= Beginning of Section =

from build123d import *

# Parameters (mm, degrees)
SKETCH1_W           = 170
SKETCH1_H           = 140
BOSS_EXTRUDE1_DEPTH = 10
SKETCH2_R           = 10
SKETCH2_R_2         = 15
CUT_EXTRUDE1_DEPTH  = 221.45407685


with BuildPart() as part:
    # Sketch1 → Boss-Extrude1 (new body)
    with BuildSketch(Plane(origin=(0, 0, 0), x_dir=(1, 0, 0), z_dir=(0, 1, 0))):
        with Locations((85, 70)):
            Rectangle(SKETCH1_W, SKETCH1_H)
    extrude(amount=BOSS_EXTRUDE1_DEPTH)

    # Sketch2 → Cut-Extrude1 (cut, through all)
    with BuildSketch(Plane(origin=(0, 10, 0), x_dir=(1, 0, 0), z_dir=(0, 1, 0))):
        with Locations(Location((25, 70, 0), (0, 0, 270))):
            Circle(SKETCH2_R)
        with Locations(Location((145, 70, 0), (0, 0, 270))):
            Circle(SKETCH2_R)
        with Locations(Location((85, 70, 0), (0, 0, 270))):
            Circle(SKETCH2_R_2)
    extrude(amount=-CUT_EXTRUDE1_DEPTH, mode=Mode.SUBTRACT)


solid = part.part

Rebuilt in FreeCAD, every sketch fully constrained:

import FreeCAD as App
import Part
import Sketcher

V = App.Vector
Q = App.Units.Quantity

doc = App.newDocument("Part")
params = doc.addObject("Spreadsheet::Sheet", "Params")
for row, (alias, value) in enumerate([
    ("sketch1_width", "170 mm"),
    ("sketch1_height", "140 mm"),
    ("pad1_length", "10 mm"),
    ("sketch2_diameter", "20 mm"),
    ("sketch2_diameter2", "30 mm"),
], start=1):
    params.set(f"A{row}", alias)
    params.set(f"B{row}", "=" + value)
    params.setAlias(f"B{row}", alias)

body = doc.addObject("PartDesign::Body", "Body")

# Sketch on XZ plane
sketch1 = doc.addObject("Sketcher::SketchObject", "Sketch")
body.addObject(sketch1)
sketch1.AttachmentSupport = (doc.XZ_Plane, [""])
sketch1.MapMode = "FlatFace"
sketch1.addGeometry([
    Part.LineSegment(V(0, -140, 0), V(0, 0, 0)),
    Part.LineSegment(V(0, 0, 0), V(170, 0, 0)),
    Part.LineSegment(V(170, 0, 0), V(170, -140, 0)),
    Part.LineSegment(V(170, -140, 0), V(0, -140, 0)),
], False)
sketch1.addConstraint([
    Sketcher.Constraint("Coincident", 0, 2, 1, 1),
    Sketcher.Constraint("Coincident", 1, 2, 2, 1),
    Sketcher.Constraint("Coincident", 2, 2, 3, 1),
    Sketcher.Constraint("Coincident", 3, 2, 0, 1),
    Sketcher.Constraint("Vertical", 0),
    Sketcher.Constraint("Horizontal", 1),
    Sketcher.Constraint("Vertical", 2),
    Sketcher.Constraint("Horizontal", 3),
    Sketcher.Constraint("Coincident", 0, 2, -1, 1),
    Sketcher.Constraint("DistanceX", 1, 1, 1, 2, Q("170 mm")),
    Sketcher.Constraint("DistanceY", 0, 1, 0, 2, Q("140 mm")),
])
sketch1.setExpression("Constraints[9]", "Params.sketch1_width")
sketch1.setExpression("Constraints[10]", "Params.sketch1_height")
pad1 = doc.addObject("PartDesign::Pad", "Pad")
body.addObject(pad1)
pad1.Profile = sketch1
pad1.setExpression("Length", "Params.pad1_length")
pad1.Reversed = True

# Sketch on XZ plane
sketch2 = doc.addObject("Sketcher::SketchObject", "Sketch001")
body.addObject(sketch2)
sketch2.AttachmentSupport = (doc.XZ_Plane, [""])
sketch2.MapMode = "FlatFace"
sketch2.AttachmentOffset = App.Placement(V(0, 0, -10), App.Rotation())
sketch2.addGeometry([
    Part.Circle(V(25, -70, 0), V(0, 0, 1), 10),
    Part.Circle(V(145, -70, 0), V(0, 0, 1), 10),
    Part.Circle(V(85, -70, 0), V(0, 0, 1), 15),
], False)
sketch2.addConstraint([
    Sketcher.Constraint("Equal", 0, 1),
    Sketcher.Constraint("Horizontal", 0, 3, 1, 3),
    Sketcher.Constraint("Horizontal", 1, 3, 2, 3),
    Sketcher.Constraint("Diameter", 0, Q("20 mm")),
    Sketcher.Constraint("Diameter", 2, Q("30 mm")),
    Sketcher.Constraint("DistanceX", -1, 1, 0, 3, Q("25 mm")),
    Sketcher.Constraint("DistanceY", 0, 3, -1, 1, Q("70 mm")),
    Sketcher.Constraint("DistanceX", -1, 1, 1, 3, Q("145 mm")),
    Sketcher.Constraint("DistanceX", -1, 1, 2, 3, Q("85 mm")),
])
sketch2.setExpression("Constraints[3]", "Params.sketch2_diameter")
sketch2.setExpression("Constraints[4]", "Params.sketch2_diameter2")
pocket1 = doc.addObject("PartDesign::Pocket", "Pocket")
body.addObject(pocket1)
pocket1.Profile = sketch2
pocket1.Type = "ThroughAll"
pocket1.Reversed = True

doc.recompute()
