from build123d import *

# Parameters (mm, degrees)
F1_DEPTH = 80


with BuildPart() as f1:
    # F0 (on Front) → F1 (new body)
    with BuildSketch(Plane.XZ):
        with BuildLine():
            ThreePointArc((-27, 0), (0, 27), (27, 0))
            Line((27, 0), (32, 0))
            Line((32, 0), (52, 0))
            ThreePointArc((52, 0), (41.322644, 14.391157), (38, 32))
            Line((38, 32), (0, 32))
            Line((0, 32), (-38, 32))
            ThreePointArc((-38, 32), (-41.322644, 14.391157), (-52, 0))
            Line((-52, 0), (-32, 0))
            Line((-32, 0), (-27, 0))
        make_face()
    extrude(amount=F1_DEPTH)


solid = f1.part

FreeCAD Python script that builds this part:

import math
import FreeCAD as App
import Part
import Sketcher
from FreeCAD import Vector

doc = App.newDocument("Part")
params = doc.addObject("Spreadsheet::Sheet", "Params")
for row, (alias, value) in enumerate([
    ("sketch1_radius", "27 mm"),
    ("sketch1_width", "25 mm"),
    ("sketch1_width2", "76 mm"),
    ("pad1_length", "80 mm"),
], start=1):
    params.set(f"A{row}", alias)
    params.set(f"B{row}", "=" + value)
    params.setAlias(f"B{row}", alias)

body = doc.addObject("PartDesign::Body", "Body")

sketch1 = body.newObject("Sketcher::SketchObject", "Sketch")
sketch1.AttachmentSupport = (doc.getObject("XZ_Plane"), [""])
sketch1.MapMode = "FlatFace"
sketch1.addGeometry(Part.ArcOfCircle(Part.Circle(Vector(0, 0, 0), Vector(0, 0, 1), 27), math.radians(0), math.radians(180)), False)
sketch1.addGeometry(Part.LineSegment(Vector(27, 0, 0), Vector(52, 0, 0)), False)
sketch1.addGeometry(Part.ArcOfCircle(Part.Circle(Vector(78, 30, 0), Vector(0, 0, 1), 40), math.radians(178), math.radians(230)), False)
sketch1.addGeometry(Part.LineSegment(Vector(38, 32, 0), Vector(-38, 32, 0)), False)
sketch1.addGeometry(Part.ArcOfCircle(Part.Circle(Vector(-78, 30, 0), Vector(0, 0, 1), 40), math.radians(-50), math.radians(2)), False)
sketch1.addGeometry(Part.LineSegment(Vector(-52, 0, 0), Vector(-27, 0, 0)), False)
sketch1.addConstraint(Sketcher.Constraint("Coincident", 0, 1, 1, 1))
sketch1.addConstraint(Sketcher.Constraint("Coincident", 1, 2, 2, 2))
sketch1.addConstraint(Sketcher.Constraint("Coincident", 2, 1, 3, 1))
sketch1.addConstraint(Sketcher.Constraint("Coincident", 3, 2, 4, 2))
sketch1.addConstraint(Sketcher.Constraint("Coincident", 4, 1, 5, 1))
sketch1.addConstraint(Sketcher.Constraint("Coincident", 5, 2, 0, 2))
sketch1.addConstraint(Sketcher.Constraint("Horizontal", 1))
sketch1.addConstraint(Sketcher.Constraint("Horizontal", 3))
sketch1.addConstraint(Sketcher.Constraint("Horizontal", 5))
sketch1.addConstraint(Sketcher.Constraint("Coincident", 0, 3, -1, 1))
sketch1.addConstraint(Sketcher.Constraint("Equal", 2, 4))
sketch1.addConstraint(Sketcher.Constraint("Symmetric", 1, 2, 4, 1, -1, 1))
sketch1.addConstraint(Sketcher.Constraint("Symmetric", 2, 3, 4, 3, -2))
sketch1.addConstraint(Sketcher.Constraint("Radius", 0, 27.0))
sketch1.addConstraint(Sketcher.Constraint("DistanceX", 1, 1, 1, 2, 25.0))
sketch1.addConstraint(Sketcher.Constraint("DistanceX", 3, 2, 3, 1, 76.0))
sketch1.addConstraint(Sketcher.Constraint("DistanceY", -1, 1, 2, 1, 32.0))
sketch1.addConstraint(Sketcher.Constraint("Radius", 2, 40.000003))
sketch1.setExpression("Constraints[13]", "Params.sketch1_radius")
sketch1.setExpression("Constraints[14]", "Params.sketch1_width")
sketch1.setExpression("Constraints[15]", "Params.sketch1_width2")
pad1 = body.newObject("PartDesign::Pad", "Pad")
pad1.Profile = sketch1
pad1.setExpression("Length", "Params.pad1_length")

doc.recompute()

= End of Section =

THE TASK
Each line from the start of the records through the line holding "extrude(amount=BOSS_EXTRUDE1_DEPTH)" must be returned exactly; nothing else belongs in the answer.

COMPLETED EXERCISE
from build123d import *

# Parameters (mm, degrees)
SKETCH1_W           = 170
SKETCH1_H           = 140
BOSS_EXTRUDE1_DEPTH = 10
SKETCH2_R           = 10
SKETCH2_R_2         = 15
CUT_EXTRUDE1_DEPTH  = 221.45407685


with BuildPart() as part:
    # Sketch1 → Boss-Extrude1 (new body)
    with BuildSketch(Plane(origin=(0, 0, 0), x_dir=(1, 0, 0), z_dir=(0, 1, 0))):
        with Locations((85, 70)):
            Rectangle(SKETCH1_W, SKETCH1_H)
    extrude(amount=BOSS_EXTRUDE1_DEPTH)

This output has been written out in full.